BETHESDA, MARYLAND | It’s like a train wreck you know is coming and can do nothing to stop. At breakfast on Sunday before the final round of the KPMG Women’s PGA Championship, in the castle of a clubhouse that is the hallmark of Congressional Country Club, noted coach Gary Gilchrist grabbed a warm danish and a cranberry juice and said, “I’m going outside the box today and picking Lexi Thompson. It’s crazy that that’s an outlier pick, but I think everyone expects her to be close and not get it done. Maybe this is the time.”
When Gilchrist said that, Thompson hadn’t teed off yet and was three shots behind the leader, In Gee Chun. Four hours later, Thompson held a two-shot lead. With most of the players around her struggling to hit the firm and undulating greens redesigned by Andrew Green, it looked for all the world as if this finally, mercifully might be Thompson’s time. After all, it has been 50 starts since her last win, a streak that includes seven runners-up.
But the specifics were far worse. Among those seven second-place finishes was last year’s U.S. Women’s Open in which Thompson blew a five-shot lead over the final nine holes at Olympic Club, missing one putt after another down the stretch. Then there was the Pelican Women’s Championship last fall in which Thompson led late into the final round but made a double bogey on the back nine and then failed to convert two 4-footers – one to win outright and another to extend a playoff with eventual winner Nelly Korda.
As with most Thompson rounds, this one included a couple of moments that left you on the edge of your seat – a missed 5-footer for birdie on the eighth, and a 4-foot gak on the par-5 ninth.
So, despite Gilchrist’s prediction, an uncomfortable cloud lingered over Thompson’s lead. No matter how large or how late, there was always the likelihood – even a sense of certainty – that Thompson would miss a short one or two when it mattered. A reporter in the media center even said it out loud: “Let’s hope she doesn’t have a 4-footer to win.”
As with most Thompson rounds, this one included a couple of moments that left you on the edge of your seat – a missed 5-footer for birdie on the eighth, and a 4-foot gak on the par-5 ninth. But she calmed her nerves with a 5-footer for par on 10 and then rolled in a curling, downhill 10-footer for birdie on 11. That’s when you thought this might be the one, the breakthrough. She last won a major in 2014 when she was 19 years old. Since then, one heartbreak after another has left observers wondering how much scar tissue is enough to numb her for good.
The haunting moment that foretold the outcome came at 14, a long par-4 that Thompson reached with a 4-iron. Still leading by two, Thompson rolled her first putt up to 18 inches. It should have been a routine, easy par. Instead, the short jab stroke that fans have seen far too often reared its head. From a foot-and-a-half, she didn’t hit the hole, leaving herself a longer comeback putt for bogey.
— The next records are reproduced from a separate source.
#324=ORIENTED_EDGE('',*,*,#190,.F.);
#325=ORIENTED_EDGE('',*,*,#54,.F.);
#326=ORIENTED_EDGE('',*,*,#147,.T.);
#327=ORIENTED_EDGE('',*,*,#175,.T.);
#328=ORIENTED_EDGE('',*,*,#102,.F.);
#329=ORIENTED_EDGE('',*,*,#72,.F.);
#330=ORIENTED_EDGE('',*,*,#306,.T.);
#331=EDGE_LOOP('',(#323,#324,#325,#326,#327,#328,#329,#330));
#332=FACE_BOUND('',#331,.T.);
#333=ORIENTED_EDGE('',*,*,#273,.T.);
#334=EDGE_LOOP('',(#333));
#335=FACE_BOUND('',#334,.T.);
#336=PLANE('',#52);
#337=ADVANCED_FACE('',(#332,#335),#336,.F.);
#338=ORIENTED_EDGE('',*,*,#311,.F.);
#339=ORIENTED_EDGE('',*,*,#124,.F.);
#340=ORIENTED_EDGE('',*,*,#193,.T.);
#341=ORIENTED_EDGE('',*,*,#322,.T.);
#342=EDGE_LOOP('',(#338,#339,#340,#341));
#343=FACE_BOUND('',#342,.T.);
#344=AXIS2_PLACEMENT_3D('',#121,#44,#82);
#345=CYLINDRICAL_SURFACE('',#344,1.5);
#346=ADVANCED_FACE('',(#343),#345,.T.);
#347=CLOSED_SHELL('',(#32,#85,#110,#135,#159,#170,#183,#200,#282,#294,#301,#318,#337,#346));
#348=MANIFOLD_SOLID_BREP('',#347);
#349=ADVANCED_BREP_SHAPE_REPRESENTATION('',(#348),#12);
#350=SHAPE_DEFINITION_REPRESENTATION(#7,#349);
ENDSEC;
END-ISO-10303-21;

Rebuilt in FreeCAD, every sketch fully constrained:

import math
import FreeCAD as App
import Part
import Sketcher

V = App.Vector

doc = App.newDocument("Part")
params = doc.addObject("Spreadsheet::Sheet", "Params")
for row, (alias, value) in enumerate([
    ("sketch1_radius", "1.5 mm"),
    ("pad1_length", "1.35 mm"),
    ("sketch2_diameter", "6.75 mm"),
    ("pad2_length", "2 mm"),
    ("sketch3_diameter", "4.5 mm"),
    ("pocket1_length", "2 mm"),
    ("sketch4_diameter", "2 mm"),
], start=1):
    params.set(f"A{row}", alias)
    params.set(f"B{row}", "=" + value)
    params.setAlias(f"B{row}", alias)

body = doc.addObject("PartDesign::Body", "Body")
Her ball-striking, as always, was extraordinary, which helped. On the par-4 15th she was the only player in the last four groups to hold the green that slopes away, and only because she had a pitching wedge after a tremendous drive. On the next hole, however, she made one of the ugliest bogeys of the week. After another huge tee shot on the reachable par-5 16th, Thompson flared an iron short and right, leaving what looked like a relatively simple pitch and putt. But she lunged at her wedge like someone trying not to skull it. The ball rolled over the green and, even though she was off the green, she three-putted for an untimely 6.
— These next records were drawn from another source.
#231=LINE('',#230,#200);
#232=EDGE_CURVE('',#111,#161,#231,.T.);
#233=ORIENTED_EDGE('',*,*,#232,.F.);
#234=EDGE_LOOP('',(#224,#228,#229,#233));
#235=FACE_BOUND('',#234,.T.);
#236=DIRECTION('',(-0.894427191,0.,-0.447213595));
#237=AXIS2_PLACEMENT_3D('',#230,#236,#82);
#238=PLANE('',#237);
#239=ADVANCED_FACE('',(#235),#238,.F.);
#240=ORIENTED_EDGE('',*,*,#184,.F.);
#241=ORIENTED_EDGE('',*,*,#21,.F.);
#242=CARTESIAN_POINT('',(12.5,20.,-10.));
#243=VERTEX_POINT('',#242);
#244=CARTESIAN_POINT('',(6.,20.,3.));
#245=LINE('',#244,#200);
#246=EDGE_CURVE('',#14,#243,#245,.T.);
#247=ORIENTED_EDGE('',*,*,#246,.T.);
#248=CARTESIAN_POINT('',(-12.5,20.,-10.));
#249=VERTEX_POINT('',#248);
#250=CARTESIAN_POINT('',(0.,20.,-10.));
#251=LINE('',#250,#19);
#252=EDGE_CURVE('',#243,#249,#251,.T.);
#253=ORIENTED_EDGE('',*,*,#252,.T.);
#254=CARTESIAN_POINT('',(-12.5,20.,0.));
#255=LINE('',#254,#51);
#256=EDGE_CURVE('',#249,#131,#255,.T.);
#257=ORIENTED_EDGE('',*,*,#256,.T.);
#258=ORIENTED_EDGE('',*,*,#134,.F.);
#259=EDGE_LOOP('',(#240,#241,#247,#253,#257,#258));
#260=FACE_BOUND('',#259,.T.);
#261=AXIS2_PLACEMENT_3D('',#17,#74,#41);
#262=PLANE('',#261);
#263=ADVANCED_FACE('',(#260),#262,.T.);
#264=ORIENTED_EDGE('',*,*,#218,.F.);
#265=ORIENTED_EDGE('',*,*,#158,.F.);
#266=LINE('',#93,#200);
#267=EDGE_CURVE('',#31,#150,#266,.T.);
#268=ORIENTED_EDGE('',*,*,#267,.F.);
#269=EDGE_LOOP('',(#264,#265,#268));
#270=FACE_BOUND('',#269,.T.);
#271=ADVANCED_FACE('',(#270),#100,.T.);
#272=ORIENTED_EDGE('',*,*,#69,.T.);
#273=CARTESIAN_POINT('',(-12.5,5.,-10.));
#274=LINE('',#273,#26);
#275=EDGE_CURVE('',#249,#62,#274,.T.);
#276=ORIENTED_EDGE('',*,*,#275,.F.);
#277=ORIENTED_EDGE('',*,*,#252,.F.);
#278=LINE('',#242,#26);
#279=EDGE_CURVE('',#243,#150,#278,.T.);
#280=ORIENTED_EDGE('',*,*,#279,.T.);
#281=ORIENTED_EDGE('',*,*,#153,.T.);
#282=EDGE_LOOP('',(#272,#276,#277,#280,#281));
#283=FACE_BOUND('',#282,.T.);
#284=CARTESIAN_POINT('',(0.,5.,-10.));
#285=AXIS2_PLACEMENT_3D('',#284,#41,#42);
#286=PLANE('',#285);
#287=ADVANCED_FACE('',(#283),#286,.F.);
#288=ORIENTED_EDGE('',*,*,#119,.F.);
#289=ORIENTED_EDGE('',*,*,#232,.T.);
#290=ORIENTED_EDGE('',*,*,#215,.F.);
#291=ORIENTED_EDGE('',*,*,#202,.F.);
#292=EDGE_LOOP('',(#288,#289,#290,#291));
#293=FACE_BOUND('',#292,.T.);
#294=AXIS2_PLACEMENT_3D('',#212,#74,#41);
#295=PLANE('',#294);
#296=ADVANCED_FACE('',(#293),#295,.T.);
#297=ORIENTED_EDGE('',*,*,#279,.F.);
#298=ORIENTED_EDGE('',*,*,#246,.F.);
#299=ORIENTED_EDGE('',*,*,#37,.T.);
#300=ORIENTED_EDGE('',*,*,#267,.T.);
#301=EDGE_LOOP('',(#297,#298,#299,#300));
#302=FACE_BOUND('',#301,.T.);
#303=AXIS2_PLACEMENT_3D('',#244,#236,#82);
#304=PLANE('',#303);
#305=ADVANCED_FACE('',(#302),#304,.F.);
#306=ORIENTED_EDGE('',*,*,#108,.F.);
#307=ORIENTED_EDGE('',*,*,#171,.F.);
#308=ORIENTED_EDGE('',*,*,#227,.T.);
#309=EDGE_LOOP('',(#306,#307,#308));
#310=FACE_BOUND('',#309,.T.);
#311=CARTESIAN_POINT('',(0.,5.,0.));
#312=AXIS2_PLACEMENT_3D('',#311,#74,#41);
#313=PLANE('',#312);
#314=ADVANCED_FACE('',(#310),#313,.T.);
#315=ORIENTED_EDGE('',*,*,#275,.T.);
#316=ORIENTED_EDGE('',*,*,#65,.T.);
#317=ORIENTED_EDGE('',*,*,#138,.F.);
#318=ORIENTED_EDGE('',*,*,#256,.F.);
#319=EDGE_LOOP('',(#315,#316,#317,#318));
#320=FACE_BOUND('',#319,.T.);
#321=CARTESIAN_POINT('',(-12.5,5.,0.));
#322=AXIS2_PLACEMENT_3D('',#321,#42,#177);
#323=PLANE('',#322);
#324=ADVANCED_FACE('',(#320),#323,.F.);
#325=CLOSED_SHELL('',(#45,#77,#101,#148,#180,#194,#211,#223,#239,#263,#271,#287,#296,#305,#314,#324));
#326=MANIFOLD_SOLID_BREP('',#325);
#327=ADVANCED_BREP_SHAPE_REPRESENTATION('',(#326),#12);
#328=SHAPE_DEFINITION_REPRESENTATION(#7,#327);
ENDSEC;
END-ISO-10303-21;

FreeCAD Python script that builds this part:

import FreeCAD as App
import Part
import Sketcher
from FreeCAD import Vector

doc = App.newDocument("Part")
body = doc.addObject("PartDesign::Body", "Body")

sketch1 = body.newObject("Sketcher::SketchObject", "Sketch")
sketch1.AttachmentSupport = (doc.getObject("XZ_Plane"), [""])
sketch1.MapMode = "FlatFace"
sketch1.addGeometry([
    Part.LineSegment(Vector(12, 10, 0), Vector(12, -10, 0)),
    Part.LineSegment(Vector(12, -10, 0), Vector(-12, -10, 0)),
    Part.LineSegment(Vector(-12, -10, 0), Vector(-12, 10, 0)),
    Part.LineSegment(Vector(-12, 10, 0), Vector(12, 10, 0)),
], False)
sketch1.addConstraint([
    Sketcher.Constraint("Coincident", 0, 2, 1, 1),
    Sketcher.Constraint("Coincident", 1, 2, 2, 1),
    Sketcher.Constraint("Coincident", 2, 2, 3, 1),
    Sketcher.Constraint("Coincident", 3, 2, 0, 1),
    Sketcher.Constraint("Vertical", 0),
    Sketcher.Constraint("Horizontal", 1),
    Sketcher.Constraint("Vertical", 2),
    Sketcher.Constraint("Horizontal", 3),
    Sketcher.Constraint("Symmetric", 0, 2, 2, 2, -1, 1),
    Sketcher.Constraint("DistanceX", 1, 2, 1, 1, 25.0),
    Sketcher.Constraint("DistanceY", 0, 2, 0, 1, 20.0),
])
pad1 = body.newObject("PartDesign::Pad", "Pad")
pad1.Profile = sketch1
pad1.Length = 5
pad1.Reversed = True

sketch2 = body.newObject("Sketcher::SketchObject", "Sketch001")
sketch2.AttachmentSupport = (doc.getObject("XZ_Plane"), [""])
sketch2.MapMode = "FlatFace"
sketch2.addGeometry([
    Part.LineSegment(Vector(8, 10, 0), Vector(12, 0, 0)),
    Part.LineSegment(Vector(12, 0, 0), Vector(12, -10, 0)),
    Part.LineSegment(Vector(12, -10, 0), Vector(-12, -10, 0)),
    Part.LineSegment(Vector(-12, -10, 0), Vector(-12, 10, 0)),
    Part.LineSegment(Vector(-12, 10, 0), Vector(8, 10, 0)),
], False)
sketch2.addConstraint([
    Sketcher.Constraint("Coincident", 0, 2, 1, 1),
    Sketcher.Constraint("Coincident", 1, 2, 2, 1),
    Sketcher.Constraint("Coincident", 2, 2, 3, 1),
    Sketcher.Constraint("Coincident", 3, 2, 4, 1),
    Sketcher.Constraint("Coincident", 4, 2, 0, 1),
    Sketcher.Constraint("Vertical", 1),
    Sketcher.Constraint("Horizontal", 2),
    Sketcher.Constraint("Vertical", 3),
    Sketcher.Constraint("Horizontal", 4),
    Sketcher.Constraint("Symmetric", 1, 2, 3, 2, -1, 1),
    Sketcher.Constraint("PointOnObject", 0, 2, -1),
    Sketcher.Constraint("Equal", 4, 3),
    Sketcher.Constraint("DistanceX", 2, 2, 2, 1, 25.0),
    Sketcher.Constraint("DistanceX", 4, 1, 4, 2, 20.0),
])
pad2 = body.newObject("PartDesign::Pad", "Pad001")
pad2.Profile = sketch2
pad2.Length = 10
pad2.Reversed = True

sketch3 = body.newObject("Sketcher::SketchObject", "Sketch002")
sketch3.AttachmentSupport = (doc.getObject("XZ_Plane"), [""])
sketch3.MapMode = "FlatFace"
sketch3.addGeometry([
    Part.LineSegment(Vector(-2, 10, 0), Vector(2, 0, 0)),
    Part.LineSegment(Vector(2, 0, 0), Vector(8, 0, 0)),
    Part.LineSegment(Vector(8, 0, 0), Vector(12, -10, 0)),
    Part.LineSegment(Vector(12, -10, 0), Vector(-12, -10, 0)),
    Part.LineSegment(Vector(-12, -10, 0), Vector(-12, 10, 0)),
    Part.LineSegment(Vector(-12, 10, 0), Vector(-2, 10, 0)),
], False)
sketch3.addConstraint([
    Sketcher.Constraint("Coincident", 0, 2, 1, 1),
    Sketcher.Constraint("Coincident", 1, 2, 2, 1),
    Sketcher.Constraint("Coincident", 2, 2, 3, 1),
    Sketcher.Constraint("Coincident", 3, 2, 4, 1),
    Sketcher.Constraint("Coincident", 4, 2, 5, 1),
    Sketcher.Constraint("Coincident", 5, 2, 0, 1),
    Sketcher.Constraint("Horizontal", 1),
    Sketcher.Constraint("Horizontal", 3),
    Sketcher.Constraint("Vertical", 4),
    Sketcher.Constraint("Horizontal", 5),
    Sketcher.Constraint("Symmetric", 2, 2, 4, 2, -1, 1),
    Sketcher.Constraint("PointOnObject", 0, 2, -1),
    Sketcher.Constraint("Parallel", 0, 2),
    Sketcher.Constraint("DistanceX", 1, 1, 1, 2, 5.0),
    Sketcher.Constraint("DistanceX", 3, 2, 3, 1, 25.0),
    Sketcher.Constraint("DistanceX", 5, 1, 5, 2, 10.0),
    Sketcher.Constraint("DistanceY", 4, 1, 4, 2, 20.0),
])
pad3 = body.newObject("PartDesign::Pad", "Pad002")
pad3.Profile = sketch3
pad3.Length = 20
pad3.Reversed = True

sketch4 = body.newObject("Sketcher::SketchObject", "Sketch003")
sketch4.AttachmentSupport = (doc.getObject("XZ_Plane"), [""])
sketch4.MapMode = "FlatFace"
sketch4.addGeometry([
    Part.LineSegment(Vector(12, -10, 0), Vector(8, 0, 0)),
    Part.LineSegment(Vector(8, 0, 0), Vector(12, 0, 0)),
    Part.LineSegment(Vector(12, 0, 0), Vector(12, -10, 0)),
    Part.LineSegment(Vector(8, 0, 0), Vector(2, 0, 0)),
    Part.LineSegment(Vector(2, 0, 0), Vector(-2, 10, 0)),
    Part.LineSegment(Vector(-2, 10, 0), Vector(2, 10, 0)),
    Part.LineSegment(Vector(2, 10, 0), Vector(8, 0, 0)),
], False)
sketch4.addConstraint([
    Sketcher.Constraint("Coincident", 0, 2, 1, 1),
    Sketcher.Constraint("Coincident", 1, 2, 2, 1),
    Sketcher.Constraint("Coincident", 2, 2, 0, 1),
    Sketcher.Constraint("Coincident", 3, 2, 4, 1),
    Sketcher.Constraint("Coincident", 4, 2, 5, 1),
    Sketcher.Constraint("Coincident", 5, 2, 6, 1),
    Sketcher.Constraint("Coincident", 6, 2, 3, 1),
That wouldn’t have been the worst of it. On the 17th tee, Thompson was still tied for the lead. Her length gave her an edge. But by then, everyone knew. She hit 17, leaving herself a 12-footer that she rolled 3 feet past. That comebacker never touched any part of the hole. And just like that, another Thompson lead got away.
Chun played the last two holes with routine pars to win by one despite shooting 3-over 75 herself.
What Thompson suffers from is not yet considered “the yips.” She can take the putter back. Quite frankly, her short stroke looks better than that of the PGA Tour’s Will Zalatoris, who appears to be having some sort of spell in the middle of his 3-footers. With Thompson, the backstroke gets short, the head moves backward, and the putter moves up, almost as if she’s trying a fadeaway basketball jumper.
Throughout the week, she said she is no longer beating herself up and that she remains focused on the process instead of the outcome. Sunday afternoon, no one in golf believed that line.
Thompson declined all interview requests after Sunday’s 73. Not a soul blamed her. At some point, you wonder when it all becomes too much.
Let’s hope this loss was not that tipping point.